Collected data entries
.....
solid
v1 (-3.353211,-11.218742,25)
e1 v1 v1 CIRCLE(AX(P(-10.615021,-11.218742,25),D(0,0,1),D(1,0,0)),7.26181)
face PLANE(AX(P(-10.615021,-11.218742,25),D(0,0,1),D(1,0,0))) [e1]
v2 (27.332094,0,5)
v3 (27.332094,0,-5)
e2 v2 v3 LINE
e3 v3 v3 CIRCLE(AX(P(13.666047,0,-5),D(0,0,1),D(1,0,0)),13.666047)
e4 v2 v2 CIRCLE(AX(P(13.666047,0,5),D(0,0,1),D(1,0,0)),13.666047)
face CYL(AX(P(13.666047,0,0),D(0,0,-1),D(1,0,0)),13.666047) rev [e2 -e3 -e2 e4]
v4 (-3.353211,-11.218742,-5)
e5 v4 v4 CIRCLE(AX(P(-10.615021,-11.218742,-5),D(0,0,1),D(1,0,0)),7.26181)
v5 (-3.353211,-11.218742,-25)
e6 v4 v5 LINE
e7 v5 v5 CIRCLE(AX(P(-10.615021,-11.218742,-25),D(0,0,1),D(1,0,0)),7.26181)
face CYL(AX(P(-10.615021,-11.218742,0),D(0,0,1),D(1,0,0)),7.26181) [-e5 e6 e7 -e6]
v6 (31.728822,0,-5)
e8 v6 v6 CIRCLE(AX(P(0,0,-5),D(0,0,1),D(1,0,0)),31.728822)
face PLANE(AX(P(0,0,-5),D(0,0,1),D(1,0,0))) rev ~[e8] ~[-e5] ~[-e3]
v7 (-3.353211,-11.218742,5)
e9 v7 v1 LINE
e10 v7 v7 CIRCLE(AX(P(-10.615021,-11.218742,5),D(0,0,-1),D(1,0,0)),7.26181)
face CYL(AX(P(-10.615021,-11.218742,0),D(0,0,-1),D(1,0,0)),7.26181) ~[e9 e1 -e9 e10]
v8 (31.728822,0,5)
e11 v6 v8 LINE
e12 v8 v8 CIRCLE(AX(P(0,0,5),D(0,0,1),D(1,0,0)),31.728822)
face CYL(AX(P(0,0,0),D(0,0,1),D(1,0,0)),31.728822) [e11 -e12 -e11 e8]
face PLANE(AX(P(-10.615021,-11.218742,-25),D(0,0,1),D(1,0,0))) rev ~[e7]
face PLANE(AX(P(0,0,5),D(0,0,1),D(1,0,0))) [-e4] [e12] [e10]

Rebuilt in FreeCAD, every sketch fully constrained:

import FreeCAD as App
import Part
import Sketcher
from FreeCAD import Vector

doc = App.newDocument("Part")
body = doc.addObject("PartDesign::Body", "Body")

sketch1 = body.newObject("Sketcher::SketchObject", "Sketch")
sketch1.AttachmentSupport = (doc.getObject("XY_Plane"), [""])
sketch1.MapMode = "FlatFace"
sketch1.addGeometry([
    Part.Circle(Vector(0, 0, 0), Vector(0, 0, 1), 31.728822),
    Part.Circle(Vector(13.666047, 0, 0), Vector(0, 0, 1), 13.666047),
], False)
sketch1.addConstraint([
    Sketcher.Constraint("Coincident", 0, 3, -1, 1),
    Sketcher.Constraint("PointOnObject", 1, 3, -1),
    Sketcher.Constraint("Diameter", 0, 63.457644),
    Sketcher.Constraint("Diameter", 1, 27.332094),
    Sketcher.Constraint("DistanceX", -1, 1, 1, 3, 13.666047),
])
pad1 = body.newObject("PartDesign::Pad", "Pad")
pad1.Profile = sketch1
pad1.Type = "TwoLengths"
pad1.Length = 5
pad1.Length2 = 5

sketch2 = body.newObject("Sketcher::SketchObject", "Sketch001")
sketch2.AttachmentSupport = (doc.getObject("XY_Plane"), [""])
sketch2.MapMode = "FlatFace"
sketch2.addGeometry(Part.Circle(Vector(-10.615021, -11.218742, 0), Vector(0, 0, 1), 7.26181), False)
sketch2.addConstraint([
    Sketcher.Constraint("Diameter", 0, 14.52362),
    Sketcher.Constraint("DistanceX", 0, 3, -1, 1, 10.615021),
    Sketcher.Constraint("DistanceY", 0, 3, -1, 1, 11.218742),
])
pad2 = body.newObject("PartDesign::Pad", "Pad001")
pad2.Profile = sketch2
pad2.Type = "TwoLengths"
pad2.Length = 25
pad2.Length2 = 25

doc.recompute()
.....
Exercise brief >> Give each line of the records above again, unchanged.

Solution to this task >>
solid
v1 (-3.353211,-11.218742,25)
e1 v1 v1 CIRCLE(AX(P(-10.615021,-11.218742,25),D(0,0,1),D(1,0,0)),7.26181)
face PLANE(AX(P(-10.615021,-11.218742,25),D(0,0,1),D(1,0,0))) [e1]
v2 (27.332094,0,5)
v3 (27.332094,0,-5)
e2 v2 v3 LINE
e3 v3 v3 CIRCLE(AX(P(13.666047,0,-5),D(0,0,1),D(1,0,0)),13.666047)
e4 v2 v2 CIRCLE(AX(P(13.666047,0,5),D(0,0,1),D(1,0,0)),13.666047)
face CYL(AX(P(13.666047,0,0),D(0,0,-1),D(1,0,0)),13.666047) rev [e2 -e3 -e2 e4]
v4 (-3.353211,-11.218742,-5)
e5 v4 v4 CIRCLE(AX(P(-10.615021,-11.218742,-5),D(0,0,1),D(1,0,0)),7.26181)
v5 (-3.353211,-11.218742,-25)
e6 v4 v5 LINE
e7 v5 v5 CIRCLE(AX(P(-10.615021,-11.218742,-25),D(0,0,1),D(1,0,0)),7.26181)
face CYL(AX(P(-10.615021,-11.218742,0),D(0,0,1),D(1,0,0)),7.26181) [-e5 e6 e7 -e6]
v6 (31.728822,0,-5)
e8 v6 v6 CIRCLE(AX(P(0,0,-5),D(0,0,1),D(1,0,0)),31.728822)
face PLANE(AX(P(0,0,-5),D(0,0,1),D(1,0,0))) rev ~[e8] ~[-e5] ~[-e3]
v7 (-3.353211,-11.218742,5)
e9 v7 v1 LINE
e10 v7 v7 CIRCLE(AX(P(-10.615021,-11.218742,5),D(0,0,-1),D(1,0,0)),7.26181)
face CYL(AX(P(-10.615021,-11.218742,0),D(0,0,-1),D(1,0,0)),7.26181) ~[e9 e1 -e9 e10]
v8 (31.728822,0,5)
e11 v6 v8 LINE
e12 v8 v8 CIRCLE(AX(P(0,0,5),D(0,0,1),D(1,0,0)),31.728822)
face CYL(AX(P(0,0,0),D(0,0,1),D(1,0,0)),31.728822) [e11 -e12 -e11 e8]
face PLANE(AX(P(-10.615021,-11.218742,-25),D(0,0,1),D(1,0,0))) rev ~[e7]
face PLANE(AX(P(0,0,5),D(0,0,1),D(1,0,0))) [-e4] [e12] [e10]

Rebuilt in FreeCAD, every sketch fully constrained:

import FreeCAD as App
import Part
import Sketcher
from FreeCAD import Vector

doc = App.newDocument("Part")
body = doc.addObject("PartDesign::Body", "Body")

sketch1 = body.newObject("Sketcher::SketchObject", "Sketch")
sketch1.AttachmentSupport = (doc.getObject("XY_Plane"), [""])
sketch1.MapMode = "FlatFace"
sketch1.addGeometry([
    Part.Circle(Vector(0, 0, 0), Vector(0, 0, 1), 31.728822),
    Part.Circle(Vector(13.666047, 0, 0), Vector(0, 0, 1), 13.666047),
], False)
sketch1.addConstraint([
    Sketcher.Constraint("Coincident", 0, 3, -1, 1),
    Sketcher.Constraint("PointOnObject", 1, 3, -1),
    Sketcher.Constraint("Diameter", 0, 63.457644),
    Sketcher.Constraint("Diameter", 1, 27.332094),
    Sketcher.Constraint("DistanceX", -1, 1, 1, 3, 13.666047),
])
pad1 = body.newObject("PartDesign::Pad", "Pad")
pad1.Profile = sketch1
pad1.Type = "TwoLengths"
pad1.Length = 5
pad1.Length2 = 5

sketch2 = body.newObject("Sketcher::SketchObject", "Sketch001")
sketch2.AttachmentSupport = (doc.getObject("XY_Plane"), [""])
sketch2.MapMode = "FlatFace"
sketch2.addGeometry(Part.Circle(Vector(-10.615021, -11.218742, 0), Vector(0, 0, 1), 7.26181), False)
sketch2.addConstraint([
    Sketcher.Constraint("Diameter", 0, 14.52362),
    Sketcher.Constraint("DistanceX", 0, 3, -1, 1, 10.615021),
    Sketcher.Constraint("DistanceY", 0, 3, -1, 1, 11.218742),
])
pad2 = body.newObject("PartDesign::Pad", "Pad001")
pad2.Profile = sketch2
pad2.Type = "TwoLengths"
pad2.Length = 25
pad2.Length2 = 25

doc.recompute()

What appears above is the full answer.